Data assimilation and discrepancy modeling with shallow recurrent decoders

  • Bao, Yuxuan (University of Washington)
  • Kutz, Nathan (University of Washington)

Please login to view abstract download link

Data assimilation integrates observational data with predictive simulation models to produce coherent estimates of the full state of complex physical systems. However, simulation models inevitably neglect small-scale processes, are sensitive to perturbations, or oversimplify parameter correlations, leading to reconstructions that diverge from sensor measurements of real physics. This creates a critical simulation-to-reality (SIM2REAL) gap.

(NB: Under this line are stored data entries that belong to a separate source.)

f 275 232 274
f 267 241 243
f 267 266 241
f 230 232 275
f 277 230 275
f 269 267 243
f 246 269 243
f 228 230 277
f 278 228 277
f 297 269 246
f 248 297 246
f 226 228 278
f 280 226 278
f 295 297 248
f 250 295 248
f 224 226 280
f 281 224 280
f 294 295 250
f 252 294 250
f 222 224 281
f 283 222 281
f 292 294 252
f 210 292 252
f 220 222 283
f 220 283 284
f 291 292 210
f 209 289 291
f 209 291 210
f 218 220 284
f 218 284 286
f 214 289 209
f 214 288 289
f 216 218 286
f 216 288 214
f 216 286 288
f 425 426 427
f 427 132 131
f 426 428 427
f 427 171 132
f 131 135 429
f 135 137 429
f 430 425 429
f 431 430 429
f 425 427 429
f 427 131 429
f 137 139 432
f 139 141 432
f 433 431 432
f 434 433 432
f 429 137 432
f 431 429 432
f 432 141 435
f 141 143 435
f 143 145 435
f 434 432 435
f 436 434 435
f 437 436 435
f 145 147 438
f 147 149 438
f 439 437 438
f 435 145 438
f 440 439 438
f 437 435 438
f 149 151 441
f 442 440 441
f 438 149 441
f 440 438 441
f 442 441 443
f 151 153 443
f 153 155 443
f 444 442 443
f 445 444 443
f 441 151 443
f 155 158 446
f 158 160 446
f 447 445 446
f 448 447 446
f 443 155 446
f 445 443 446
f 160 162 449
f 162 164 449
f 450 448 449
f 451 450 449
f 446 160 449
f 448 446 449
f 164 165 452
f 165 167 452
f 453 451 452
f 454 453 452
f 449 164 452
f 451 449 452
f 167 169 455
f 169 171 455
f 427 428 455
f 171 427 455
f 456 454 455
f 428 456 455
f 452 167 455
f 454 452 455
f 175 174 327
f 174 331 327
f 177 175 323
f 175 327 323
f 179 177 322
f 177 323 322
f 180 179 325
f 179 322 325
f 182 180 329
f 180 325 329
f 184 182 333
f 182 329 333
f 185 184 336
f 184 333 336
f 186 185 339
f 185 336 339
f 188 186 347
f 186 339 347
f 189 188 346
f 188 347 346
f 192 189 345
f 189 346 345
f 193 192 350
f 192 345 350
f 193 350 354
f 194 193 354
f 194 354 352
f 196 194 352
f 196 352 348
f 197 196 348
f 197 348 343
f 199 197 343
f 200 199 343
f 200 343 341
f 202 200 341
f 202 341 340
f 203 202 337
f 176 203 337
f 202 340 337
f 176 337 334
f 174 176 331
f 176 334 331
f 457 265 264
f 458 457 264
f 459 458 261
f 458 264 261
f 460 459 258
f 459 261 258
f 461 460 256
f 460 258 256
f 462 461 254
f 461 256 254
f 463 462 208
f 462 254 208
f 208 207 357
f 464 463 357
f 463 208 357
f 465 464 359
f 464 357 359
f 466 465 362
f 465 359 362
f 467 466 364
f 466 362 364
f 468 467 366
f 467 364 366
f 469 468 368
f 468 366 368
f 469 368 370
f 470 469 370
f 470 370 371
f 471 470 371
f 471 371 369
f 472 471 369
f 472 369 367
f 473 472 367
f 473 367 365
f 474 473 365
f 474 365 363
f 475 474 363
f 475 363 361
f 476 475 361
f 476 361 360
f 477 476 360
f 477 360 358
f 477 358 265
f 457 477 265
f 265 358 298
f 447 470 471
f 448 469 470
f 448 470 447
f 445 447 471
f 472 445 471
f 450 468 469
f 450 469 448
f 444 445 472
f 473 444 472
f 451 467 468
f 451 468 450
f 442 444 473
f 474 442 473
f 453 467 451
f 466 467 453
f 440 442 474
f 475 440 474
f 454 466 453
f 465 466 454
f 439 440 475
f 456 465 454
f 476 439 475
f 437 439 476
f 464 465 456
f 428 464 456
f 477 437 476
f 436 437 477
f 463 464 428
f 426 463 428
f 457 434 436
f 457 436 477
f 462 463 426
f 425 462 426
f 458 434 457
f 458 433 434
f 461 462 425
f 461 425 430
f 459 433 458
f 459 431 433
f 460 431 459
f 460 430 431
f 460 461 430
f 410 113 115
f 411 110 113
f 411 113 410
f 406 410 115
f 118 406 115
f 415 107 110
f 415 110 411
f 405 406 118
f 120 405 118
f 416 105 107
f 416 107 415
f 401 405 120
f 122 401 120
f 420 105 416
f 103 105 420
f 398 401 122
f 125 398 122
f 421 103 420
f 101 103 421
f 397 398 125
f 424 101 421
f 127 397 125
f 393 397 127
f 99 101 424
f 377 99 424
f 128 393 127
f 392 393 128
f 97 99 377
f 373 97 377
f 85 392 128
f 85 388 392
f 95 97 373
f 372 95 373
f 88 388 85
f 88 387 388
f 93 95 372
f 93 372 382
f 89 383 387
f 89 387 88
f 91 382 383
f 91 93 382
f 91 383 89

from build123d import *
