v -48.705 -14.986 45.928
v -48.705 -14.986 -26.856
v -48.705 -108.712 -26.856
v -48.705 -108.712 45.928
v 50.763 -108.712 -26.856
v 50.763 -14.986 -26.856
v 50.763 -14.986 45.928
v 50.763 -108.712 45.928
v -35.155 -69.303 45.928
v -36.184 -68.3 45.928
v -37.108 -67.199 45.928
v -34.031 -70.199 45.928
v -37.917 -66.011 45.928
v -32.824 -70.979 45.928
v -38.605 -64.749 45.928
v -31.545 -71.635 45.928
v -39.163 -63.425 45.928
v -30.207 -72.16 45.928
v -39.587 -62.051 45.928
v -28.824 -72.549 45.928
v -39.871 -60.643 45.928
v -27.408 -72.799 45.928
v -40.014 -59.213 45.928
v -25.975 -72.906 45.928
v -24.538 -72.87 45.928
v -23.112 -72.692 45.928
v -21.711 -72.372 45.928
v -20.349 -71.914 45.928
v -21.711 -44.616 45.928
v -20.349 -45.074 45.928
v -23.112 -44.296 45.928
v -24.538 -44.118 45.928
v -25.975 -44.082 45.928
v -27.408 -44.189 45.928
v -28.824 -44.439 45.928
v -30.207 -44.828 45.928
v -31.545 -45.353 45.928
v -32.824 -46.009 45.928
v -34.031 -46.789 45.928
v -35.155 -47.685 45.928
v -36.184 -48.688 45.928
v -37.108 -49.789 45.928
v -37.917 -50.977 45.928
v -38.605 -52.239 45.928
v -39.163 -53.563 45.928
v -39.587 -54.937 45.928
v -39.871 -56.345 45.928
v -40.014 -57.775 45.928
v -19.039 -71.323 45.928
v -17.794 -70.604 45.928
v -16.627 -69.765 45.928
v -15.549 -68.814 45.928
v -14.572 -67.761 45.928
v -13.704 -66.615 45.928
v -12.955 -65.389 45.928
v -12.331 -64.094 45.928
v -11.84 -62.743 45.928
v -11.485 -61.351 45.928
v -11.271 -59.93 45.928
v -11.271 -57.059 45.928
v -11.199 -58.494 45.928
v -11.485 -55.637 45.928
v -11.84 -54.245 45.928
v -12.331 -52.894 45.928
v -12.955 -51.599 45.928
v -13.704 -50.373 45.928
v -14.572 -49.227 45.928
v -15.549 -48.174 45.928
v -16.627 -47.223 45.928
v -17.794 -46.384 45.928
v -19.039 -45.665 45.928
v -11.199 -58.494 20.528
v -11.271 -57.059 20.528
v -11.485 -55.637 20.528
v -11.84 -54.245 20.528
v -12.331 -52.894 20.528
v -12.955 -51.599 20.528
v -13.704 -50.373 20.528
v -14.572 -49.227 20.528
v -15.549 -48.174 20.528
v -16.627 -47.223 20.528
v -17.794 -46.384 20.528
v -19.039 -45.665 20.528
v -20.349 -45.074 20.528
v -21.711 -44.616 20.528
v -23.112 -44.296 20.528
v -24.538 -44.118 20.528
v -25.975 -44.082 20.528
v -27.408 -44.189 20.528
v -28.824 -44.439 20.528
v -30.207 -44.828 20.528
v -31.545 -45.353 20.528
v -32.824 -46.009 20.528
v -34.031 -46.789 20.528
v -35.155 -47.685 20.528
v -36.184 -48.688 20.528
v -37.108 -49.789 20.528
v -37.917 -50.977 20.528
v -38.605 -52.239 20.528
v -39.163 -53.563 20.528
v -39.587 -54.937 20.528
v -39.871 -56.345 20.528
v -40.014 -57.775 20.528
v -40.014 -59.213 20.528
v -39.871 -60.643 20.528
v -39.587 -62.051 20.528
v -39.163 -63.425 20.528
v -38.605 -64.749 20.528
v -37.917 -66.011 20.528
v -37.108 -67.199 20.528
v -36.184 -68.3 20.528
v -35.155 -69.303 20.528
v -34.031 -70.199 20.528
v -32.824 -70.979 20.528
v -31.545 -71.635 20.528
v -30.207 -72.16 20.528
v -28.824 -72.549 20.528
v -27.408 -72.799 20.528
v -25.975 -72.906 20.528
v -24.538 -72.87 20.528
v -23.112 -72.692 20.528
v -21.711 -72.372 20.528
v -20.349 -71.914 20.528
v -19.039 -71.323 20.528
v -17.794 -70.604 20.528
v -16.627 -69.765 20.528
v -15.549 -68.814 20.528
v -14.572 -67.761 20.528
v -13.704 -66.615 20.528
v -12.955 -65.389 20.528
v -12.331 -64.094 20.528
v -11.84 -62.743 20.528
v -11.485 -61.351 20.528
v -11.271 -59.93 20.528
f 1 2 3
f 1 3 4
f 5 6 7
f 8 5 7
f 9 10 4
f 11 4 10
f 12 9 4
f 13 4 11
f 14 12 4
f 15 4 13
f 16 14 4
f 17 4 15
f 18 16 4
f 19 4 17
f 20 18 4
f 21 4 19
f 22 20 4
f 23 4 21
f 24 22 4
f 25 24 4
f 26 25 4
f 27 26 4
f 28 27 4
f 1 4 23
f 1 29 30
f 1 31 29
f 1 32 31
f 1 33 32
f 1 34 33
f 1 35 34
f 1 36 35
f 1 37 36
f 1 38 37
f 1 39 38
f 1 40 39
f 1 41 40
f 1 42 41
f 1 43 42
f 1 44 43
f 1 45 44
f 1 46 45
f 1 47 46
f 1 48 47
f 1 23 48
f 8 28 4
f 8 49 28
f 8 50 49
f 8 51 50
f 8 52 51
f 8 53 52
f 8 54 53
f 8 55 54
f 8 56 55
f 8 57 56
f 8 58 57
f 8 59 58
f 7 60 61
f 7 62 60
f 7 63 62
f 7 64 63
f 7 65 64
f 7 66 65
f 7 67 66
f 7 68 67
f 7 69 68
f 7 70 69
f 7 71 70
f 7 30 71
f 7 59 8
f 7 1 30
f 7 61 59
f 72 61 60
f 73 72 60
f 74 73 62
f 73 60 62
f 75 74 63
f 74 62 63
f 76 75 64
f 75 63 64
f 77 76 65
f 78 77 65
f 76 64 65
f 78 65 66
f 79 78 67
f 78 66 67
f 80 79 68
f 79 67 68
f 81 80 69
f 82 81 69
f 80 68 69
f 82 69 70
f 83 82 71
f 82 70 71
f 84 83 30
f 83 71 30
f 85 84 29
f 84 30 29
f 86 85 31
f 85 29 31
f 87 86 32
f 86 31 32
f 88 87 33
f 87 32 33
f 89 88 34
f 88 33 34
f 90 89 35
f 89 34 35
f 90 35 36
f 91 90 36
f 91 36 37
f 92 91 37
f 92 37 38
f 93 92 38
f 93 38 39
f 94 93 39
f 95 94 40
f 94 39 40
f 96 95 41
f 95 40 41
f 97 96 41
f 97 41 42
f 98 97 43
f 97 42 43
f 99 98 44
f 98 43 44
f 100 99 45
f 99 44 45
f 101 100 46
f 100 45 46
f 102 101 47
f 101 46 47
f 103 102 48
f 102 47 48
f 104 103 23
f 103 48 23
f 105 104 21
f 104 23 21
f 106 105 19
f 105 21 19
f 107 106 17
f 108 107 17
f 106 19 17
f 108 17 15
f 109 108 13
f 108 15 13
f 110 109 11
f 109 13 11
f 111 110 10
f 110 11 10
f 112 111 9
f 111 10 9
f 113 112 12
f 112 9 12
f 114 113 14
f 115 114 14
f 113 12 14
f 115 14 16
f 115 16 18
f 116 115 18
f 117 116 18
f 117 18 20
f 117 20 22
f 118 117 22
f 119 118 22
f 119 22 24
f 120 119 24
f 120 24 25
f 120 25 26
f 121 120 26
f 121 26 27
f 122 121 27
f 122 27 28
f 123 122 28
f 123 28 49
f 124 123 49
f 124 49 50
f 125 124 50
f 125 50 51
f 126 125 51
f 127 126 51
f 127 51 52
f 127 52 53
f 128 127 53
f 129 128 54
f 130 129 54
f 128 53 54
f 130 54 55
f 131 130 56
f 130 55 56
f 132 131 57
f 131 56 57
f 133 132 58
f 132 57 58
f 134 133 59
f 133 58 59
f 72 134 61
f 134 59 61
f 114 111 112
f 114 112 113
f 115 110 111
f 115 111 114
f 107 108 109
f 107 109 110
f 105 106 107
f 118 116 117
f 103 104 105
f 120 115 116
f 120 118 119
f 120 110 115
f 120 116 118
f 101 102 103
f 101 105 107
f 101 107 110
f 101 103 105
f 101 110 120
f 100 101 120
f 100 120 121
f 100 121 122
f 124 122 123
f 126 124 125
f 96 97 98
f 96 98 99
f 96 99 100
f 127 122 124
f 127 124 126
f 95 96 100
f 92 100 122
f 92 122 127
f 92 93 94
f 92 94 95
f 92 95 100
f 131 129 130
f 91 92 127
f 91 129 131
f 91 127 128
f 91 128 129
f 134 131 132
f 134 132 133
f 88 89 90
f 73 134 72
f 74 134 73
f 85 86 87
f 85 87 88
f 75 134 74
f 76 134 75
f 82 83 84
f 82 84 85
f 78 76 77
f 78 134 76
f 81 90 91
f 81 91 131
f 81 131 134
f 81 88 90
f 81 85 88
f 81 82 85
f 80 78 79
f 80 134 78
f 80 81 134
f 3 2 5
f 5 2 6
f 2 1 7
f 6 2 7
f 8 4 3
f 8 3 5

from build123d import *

# Parameters (mm, degrees)
F0_W     = 99.467852
F0_H     = 72.783896
F1_DEPTH = 93.726
F2_R     = 14.41662
F3_DEPTH = 25.4


with BuildPart() as f1:
    # F0 (on Front) → F1 (new body)
    with BuildSketch(Plane.XZ):
        with Locations((-12.687225, 5.47232)):
            Rectangle(F0_W, F0_H)
    extrude(amount=F1_DEPTH)

    # F2 (on face) → F3 (cut)
    with BuildSketch(Plane.XY.offset(41.864268)):
        with Locations((-39.331704, -43.508075)):
            Circle(F2_R)
    extrude(amount=-F3_DEPTH, mode=Mode.SUBTRACT)


with BuildPart() as f1_1:
    # F4: moved
    add(f1.part.moved(Location((13.716, -14.986, 4.064))))


solid = f1_1.part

We propose DA-SHRED (Data Assimilation with SHallow REcurrent Decoder), a machine learning framework that bridges the SIM2REAL gap by leveraging the latent space learned from reduced simulation models via the SHRED architecture. SHRED exploits three key concepts: separation of variables, Takens embedding theorem, and a decoding-only strategy to reconstruct full state-space dynamics from sparse sensor measurements. Our framework updates latent variables using real sensor data to accurately reconstruct full system states that cannot be directly observed. Furthermore, DA-SHRED incorporates a sparse identification of nonlinear dynamics (SINDy) regression model in the latent space to identify functionals corresponding to missing dynamics in simulation models. Two SINDy-based algorithms are presented for extracting parsimonious missing physics from libraries of candidate terms. The method is demonstrated on four challenging systems: 2D damped Kuramoto-Sivashinsky equations, 2D Kolmogorov flow, 2D Gray-Scott reaction-diffusion equations, and rotating detonation engines. Results show that DA-SHRED closes the SIM2REAL gap by approximately an order of magnitude in error within short evolution windows while successfully recovering missing physics terms. Theoretical analysis establishes that DA-SHRED preserves representational structure under suitable assumptions, with port-Hamiltonian systems providing rigorous examples of eigenspace preservation under perturbations. The algorithm is robust to noise, requires minimal training data, and enables efficient laptop-level computing. DA-SHRED demonstrates a powerful synergy between data assimilation, reduced-order modeling, and physics-informed model discovery for real-time, data-efficient state estimation in scientific and engineering applications.